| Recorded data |
+===+

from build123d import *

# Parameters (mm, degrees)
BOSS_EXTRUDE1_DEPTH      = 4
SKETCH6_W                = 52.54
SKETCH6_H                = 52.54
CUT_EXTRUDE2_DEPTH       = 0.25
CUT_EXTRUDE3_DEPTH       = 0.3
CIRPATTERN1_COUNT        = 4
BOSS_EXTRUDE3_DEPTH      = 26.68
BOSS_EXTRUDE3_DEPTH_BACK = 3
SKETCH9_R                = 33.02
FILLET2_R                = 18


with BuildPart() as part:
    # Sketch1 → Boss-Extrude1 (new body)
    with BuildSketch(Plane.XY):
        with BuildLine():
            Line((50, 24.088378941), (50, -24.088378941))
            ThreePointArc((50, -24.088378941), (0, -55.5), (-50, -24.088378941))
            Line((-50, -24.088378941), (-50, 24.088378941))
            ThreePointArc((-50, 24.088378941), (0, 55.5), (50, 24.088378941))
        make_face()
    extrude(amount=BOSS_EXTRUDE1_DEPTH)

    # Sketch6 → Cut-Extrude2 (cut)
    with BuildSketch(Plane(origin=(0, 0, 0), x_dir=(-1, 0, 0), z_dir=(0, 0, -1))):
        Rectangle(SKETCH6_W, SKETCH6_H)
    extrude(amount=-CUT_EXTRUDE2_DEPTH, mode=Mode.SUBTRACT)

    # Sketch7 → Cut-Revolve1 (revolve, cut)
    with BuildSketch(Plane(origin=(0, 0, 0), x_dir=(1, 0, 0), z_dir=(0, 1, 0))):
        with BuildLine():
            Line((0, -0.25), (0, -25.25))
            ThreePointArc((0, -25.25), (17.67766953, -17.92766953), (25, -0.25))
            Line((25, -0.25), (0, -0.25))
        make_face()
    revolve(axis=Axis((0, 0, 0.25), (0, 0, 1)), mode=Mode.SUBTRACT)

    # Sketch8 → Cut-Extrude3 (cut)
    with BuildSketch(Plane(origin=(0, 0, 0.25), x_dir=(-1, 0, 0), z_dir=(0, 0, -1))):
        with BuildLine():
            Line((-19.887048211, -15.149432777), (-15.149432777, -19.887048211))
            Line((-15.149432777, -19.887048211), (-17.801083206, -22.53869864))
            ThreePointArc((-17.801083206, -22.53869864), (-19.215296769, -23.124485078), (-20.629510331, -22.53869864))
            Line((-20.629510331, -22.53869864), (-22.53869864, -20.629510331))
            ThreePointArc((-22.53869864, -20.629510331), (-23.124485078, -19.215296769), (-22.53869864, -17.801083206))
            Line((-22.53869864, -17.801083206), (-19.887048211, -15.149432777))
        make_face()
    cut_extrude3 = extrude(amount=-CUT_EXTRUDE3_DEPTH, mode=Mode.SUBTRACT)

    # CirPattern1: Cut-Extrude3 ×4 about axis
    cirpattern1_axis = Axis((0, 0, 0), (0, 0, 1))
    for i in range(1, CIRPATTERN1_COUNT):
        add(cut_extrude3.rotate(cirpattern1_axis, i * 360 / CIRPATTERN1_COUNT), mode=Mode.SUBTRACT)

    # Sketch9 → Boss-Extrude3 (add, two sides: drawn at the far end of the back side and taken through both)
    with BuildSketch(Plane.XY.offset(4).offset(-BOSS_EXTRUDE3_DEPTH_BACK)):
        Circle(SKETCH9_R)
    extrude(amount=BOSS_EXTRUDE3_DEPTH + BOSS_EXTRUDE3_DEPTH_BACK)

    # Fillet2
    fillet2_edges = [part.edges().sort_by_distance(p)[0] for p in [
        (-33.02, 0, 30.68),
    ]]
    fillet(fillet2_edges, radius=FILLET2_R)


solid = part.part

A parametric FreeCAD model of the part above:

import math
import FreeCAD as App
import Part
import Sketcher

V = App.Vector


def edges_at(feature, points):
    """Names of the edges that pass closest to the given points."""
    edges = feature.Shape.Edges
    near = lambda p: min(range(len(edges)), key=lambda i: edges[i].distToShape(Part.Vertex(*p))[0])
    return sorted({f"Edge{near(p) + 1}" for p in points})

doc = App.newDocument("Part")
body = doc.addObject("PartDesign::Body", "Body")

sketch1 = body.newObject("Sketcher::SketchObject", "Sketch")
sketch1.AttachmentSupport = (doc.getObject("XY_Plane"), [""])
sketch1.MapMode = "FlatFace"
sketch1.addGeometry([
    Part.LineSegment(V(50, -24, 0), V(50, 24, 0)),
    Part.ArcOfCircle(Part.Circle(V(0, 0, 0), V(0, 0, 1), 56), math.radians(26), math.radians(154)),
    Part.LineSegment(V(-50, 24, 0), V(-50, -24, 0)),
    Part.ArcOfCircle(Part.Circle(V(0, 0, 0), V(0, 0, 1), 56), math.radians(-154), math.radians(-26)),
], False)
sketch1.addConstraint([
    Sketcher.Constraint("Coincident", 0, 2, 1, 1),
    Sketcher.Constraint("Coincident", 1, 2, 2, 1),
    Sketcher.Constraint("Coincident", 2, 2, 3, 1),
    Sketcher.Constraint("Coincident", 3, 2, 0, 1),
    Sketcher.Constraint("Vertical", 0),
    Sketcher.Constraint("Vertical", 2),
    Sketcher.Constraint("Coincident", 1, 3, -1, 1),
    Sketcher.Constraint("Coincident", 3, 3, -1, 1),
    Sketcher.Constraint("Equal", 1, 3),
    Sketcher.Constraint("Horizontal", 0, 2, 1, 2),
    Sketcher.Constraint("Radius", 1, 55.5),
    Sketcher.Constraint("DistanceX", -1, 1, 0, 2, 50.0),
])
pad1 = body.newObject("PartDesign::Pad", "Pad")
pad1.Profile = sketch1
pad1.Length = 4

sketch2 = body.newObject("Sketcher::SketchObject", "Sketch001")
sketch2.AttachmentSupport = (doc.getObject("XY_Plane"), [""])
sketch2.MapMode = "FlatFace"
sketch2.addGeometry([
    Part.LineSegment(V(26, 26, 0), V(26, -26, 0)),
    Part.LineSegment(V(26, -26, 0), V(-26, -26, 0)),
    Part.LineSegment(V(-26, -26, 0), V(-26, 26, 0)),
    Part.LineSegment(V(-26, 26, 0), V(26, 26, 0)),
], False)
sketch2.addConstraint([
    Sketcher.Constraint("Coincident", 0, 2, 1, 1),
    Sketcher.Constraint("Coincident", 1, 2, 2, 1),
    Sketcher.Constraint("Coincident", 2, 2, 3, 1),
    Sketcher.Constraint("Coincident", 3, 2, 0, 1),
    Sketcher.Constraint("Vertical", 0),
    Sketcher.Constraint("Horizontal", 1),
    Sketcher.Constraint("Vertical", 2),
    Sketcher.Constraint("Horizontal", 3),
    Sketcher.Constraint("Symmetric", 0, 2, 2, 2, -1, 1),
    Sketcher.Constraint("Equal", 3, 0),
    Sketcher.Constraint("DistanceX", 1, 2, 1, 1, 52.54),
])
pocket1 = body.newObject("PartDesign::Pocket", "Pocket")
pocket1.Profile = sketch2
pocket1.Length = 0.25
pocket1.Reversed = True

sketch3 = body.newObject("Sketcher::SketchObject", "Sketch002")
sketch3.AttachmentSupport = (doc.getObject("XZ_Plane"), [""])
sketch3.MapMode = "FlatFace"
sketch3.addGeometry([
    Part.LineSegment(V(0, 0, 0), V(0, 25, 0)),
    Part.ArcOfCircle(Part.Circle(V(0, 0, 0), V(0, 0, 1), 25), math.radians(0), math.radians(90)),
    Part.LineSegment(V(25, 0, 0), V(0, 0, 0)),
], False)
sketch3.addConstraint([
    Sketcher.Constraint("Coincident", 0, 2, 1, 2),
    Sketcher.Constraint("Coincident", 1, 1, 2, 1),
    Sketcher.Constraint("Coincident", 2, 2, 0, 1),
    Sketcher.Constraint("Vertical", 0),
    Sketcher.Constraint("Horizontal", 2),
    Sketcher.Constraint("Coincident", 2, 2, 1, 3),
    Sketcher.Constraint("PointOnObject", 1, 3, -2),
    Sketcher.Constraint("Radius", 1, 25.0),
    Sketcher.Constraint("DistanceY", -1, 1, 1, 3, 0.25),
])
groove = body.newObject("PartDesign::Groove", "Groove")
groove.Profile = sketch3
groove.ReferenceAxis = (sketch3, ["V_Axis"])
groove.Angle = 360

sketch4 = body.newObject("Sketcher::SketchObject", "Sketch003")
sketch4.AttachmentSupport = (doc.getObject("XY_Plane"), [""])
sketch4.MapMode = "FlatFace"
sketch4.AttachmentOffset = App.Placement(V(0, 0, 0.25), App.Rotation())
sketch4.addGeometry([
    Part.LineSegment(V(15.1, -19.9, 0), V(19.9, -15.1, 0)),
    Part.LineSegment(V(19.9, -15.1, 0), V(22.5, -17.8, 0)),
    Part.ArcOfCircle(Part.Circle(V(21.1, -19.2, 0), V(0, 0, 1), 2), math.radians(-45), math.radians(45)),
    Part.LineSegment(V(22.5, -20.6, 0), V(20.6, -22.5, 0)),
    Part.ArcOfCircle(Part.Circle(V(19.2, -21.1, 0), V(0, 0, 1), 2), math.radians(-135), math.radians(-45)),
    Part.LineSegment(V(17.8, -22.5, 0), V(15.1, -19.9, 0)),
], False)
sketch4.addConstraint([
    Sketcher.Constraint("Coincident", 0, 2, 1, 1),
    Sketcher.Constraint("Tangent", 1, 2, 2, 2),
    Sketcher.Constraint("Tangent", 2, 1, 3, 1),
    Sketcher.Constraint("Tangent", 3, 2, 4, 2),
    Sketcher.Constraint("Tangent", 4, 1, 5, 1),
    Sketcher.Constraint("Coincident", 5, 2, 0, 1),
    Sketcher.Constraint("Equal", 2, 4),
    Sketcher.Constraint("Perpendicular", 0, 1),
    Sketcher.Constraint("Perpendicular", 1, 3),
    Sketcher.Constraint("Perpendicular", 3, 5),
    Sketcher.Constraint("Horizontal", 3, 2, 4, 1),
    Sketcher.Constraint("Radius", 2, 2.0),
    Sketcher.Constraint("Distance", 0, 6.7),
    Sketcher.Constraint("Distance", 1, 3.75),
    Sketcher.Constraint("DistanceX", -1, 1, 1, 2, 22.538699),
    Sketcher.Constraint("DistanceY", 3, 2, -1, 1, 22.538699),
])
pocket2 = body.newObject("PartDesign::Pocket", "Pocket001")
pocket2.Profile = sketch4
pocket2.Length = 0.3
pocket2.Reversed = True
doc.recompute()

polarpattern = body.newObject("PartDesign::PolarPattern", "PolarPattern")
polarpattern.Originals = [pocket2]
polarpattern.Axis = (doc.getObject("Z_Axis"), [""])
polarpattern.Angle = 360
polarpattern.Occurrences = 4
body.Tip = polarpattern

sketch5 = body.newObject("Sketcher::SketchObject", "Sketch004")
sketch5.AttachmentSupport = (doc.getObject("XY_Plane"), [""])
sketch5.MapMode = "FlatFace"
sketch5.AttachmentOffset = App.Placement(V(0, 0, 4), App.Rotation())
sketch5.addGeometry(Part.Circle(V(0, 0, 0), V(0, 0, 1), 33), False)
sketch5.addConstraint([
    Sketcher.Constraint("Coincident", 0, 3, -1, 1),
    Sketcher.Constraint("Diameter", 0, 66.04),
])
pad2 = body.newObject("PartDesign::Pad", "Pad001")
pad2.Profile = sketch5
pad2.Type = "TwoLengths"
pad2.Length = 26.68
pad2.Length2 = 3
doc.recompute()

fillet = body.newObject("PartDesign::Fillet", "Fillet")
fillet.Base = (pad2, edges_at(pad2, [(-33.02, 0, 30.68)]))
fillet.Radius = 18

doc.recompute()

+===+

| Problem requirements |
Each line from the top of the data, up to and including the line that contains "-17.92766953), (25, -0.25))", should be set down exactly.

| Exercise answer |
from build123d import *

# Parameters (mm, degrees)
BOSS_EXTRUDE1_DEPTH      = 4
SKETCH6_W                = 52.54
SKETCH6_H                = 52.54
CUT_EXTRUDE2_DEPTH       = 0.25
CUT_EXTRUDE3_DEPTH       = 0.3
CIRPATTERN1_COUNT        = 4
BOSS_EXTRUDE3_DEPTH      = 26.68
BOSS_EXTRUDE3_DEPTH_BACK = 3
SKETCH9_R                = 33.02
FILLET2_R                = 18


with BuildPart() as part:
    # Sketch1 → Boss-Extrude1 (new body)
    with BuildSketch(Plane.XY):
        with BuildLine():
            Line((50, 24.088378941), (50, -24.088378941))
            ThreePointArc((50, -24.088378941), (0, -55.5), (-50, -24.088378941))
            Line((-50, -24.088378941), (-50, 24.088378941))
            ThreePointArc((-50, 24.088378941), (0, 55.5), (50, 24.088378941))
        make_face()
    extrude(amount=BOSS_EXTRUDE1_DEPTH)

    # Sketch6 → Cut-Extrude2 (cut)
    with BuildSketch(Plane(origin=(0, 0, 0), x_dir=(-1, 0, 0), z_dir=(0, 0, -1))):
        Rectangle(SKETCH6_W, SKETCH6_H)
    extrude(amount=-CUT_EXTRUDE2_DEPTH, mode=Mode.SUBTRACT)

    # Sketch7 → Cut-Revolve1 (revolve, cut)
    with BuildSketch(Plane(origin=(0, 0, 0), x_dir=(1, 0, 0), z_dir=(0, 1, 0))):
        with BuildLine():
            Line((0, -0.25), (0, -25.25))
            ThreePointArc((0, -25.25), (17.67766953, -17.92766953), (25, -0.25))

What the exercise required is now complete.